Despite his abundance of friends, Mickey's smile had a deep profound sadness.  He sorely missed his mother who was buried in the Catholic Cemetery in Springfield, VT, her hometown.  He was unhappy sharing his home with his father's paramour and her daughters.  He had great difficulty with many of the basic subjects in school.  He was smart but he just was not a book, classroom and homework person.  Mickey and my mother would have very long private conversations, the contents of which were withheld from me until long after his death.

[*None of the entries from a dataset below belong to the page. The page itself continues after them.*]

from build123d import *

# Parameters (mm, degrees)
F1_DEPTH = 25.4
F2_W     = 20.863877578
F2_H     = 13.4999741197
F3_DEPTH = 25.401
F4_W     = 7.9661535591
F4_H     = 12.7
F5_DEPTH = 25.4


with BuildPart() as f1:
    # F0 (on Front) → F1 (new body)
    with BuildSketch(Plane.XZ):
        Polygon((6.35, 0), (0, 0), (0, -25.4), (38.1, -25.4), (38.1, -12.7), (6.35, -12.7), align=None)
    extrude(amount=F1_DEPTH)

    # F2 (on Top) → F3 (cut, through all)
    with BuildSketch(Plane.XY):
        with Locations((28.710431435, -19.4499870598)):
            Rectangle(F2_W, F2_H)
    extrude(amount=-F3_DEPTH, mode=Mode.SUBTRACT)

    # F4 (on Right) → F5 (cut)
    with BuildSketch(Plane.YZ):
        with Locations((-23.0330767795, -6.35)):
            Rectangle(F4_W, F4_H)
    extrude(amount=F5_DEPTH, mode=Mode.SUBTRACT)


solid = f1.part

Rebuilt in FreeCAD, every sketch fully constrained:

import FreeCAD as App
import Part
import Sketcher

V = App.Vector
Q = App.Units.Quantity


def add_polygon(sketch, points):
    """Adds a closed chain of lines whose ends are joined by coincident constraints."""
    first, n = sketch.GeometryCount, len(points)
    for a, b in zip(points, points[1:] + points[:1]):
        sketch.addGeometry(Part.LineSegment(App.Vector(*a, 0), App.Vector(*b, 0)), False)
    for i in range(n):
        sketch.addConstraint(Sketcher.Constraint("Coincident", first + i, 2, first + (i + 1) % n, 1))

doc = App.newDocument("Part")
body = doc.addObject("PartDesign::Body", "Body")

# Sketch on XZ plane
sketch1 = body.newObject("Sketcher::SketchObject", "Sketch")
sketch1.AttachmentSupport = (doc.getObject("XZ_Plane"), [""])
sketch1.MapMode = "FlatFace"
add_polygon(sketch1, [(6, 0), (0, 0), (0, -25), (38, -25), (38, -13), (6, -13)])  # lines 0-5
sketch1.addConstraint([
    Sketcher.Constraint("Horizontal", 0),
    Sketcher.Constraint("Vertical", 1),
    Sketcher.Constraint("Horizontal", 2),
    Sketcher.Constraint("Vertical", 3),
    Sketcher.Constraint("Horizontal", 4),
    Sketcher.Constraint("Vertical", 5),
    Sketcher.Constraint("Coincident", 0, 2, -1, 1),
    Sketcher.Constraint("Equal", 3, 5),
    Sketcher.Constraint("DistanceY", 1, 2, 1, 1, Q("1 in")),
    Sketcher.Constraint("DistanceX", 2, 1, 2, 2, Q("1.5 in")),
    Sketcher.Constraint("DistanceX", 0, 2, 0, 1, Q("0.25 in")),
])
pad1 = body.newObject("PartDesign::Pad", "Pad")
pad1.Profile = sketch1
pad1.Length = Q("1 in")

# Sketch on XY plane
sketch2 = body.newObject("Sketcher::SketchObject", "Sketch001")
sketch2.AttachmentSupport = (doc.getObject("XY_Plane"), [""])
sketch2.MapMode = "FlatFace"
add_polygon(sketch2, [(18, -13), (18, -26), (39, -26), (39, -13)])  # lines 0-3
sketch2.addConstraint([
    Sketcher.Constraint("Vertical", 0),
    Sketcher.Constraint("Horizontal", 1),
    Sketcher.Constraint("Vertical", 2),
    Sketcher.Constraint("Horizontal", 3),
    Sketcher.Constraint("DistanceY", 2, 2, -1, 1, Q("0.5 in")),
    Sketcher.Constraint("DistanceX", 1, 1, 1, 2, 20.863878),
    Sketcher.Constraint("DistanceY", 0, 2, 0, 1, 13.499974),
    Sketcher.Constraint("DistanceX", -1, 1, 1, 2, 39.14237),
])
pocket1 = body.newObject("PartDesign::Pocket", "Pocket")
pocket1.Profile = sketch2
pocket1.Type = "ThroughAll"

# Sketch on YZ plane
sketch3 = body.newObject("Sketcher::SketchObject", "Sketch002")
sketch3.AttachmentSupport = (doc.getObject("YZ_Plane"), [""])
sketch3.MapMode = "FlatFace"
add_polygon(sketch3, [(-27, 0), (-27, -13), (-19, -13), (-19, 0)])  # lines 0-3
sketch3.addConstraint([
    Sketcher.Constraint("Vertical", 0),
    Sketcher.Constraint("Horizontal", 1),
    Sketcher.Constraint("Vertical", 2),
    Sketcher.Constraint("Horizontal", 3),
    Sketcher.Constraint("PointOnObject", 2, 2, -1),
    Sketcher.Constraint("DistanceY", 0, 2, 0, 1, Q("0.5 in")),
    Sketcher.Constraint("DistanceX", 1, 2, -1, 1, Q("0.75 in")),
    Sketcher.Constraint("DistanceX", 1, 1, 1, 2, 7.966154),
])
pocket2 = body.newObject("PartDesign::Pocket", "Pocket001")
pocket2.Profile = sketch3
pocket2.Length = Q("1 in")
pocket2.Reversed = True

doc.recompute()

It has been my opinion that Mickey joined the service to "get away."  Before his enlistment into the Marines, my father encouraged him to join the Navy instead, telling him it would be safer; but Mickey was in his "tough guy" mode and he chose the Marines.

When leaving for boot camp, he gave the keys to his car, a 1957 yellow and white two tone Ford that he nicknamed "Screws Loose," to his brother with a warning not to f*** it up.  "I'll be back and I don't want it dented", he said.  That was the last time I saw and heard of Mickey.

When he returned home, funeral arrangements were handled by Rocciola's Funeral Home on Essex Street in Hackensack, NJ.  The South Hackensack Volunteer Fire Department stood Honor Guard for two nights over his flag draped coffin and he was then buried next to his mother atop a sunny hill in the Catholic Cemetery in Springfield, VT where a bronze plaque marks his grave.  South Hackensack erected a small granite monument in his honor on Phillips Avenue, next to the
Veterans Monument just a few blocks from his home, 10 Agar Place.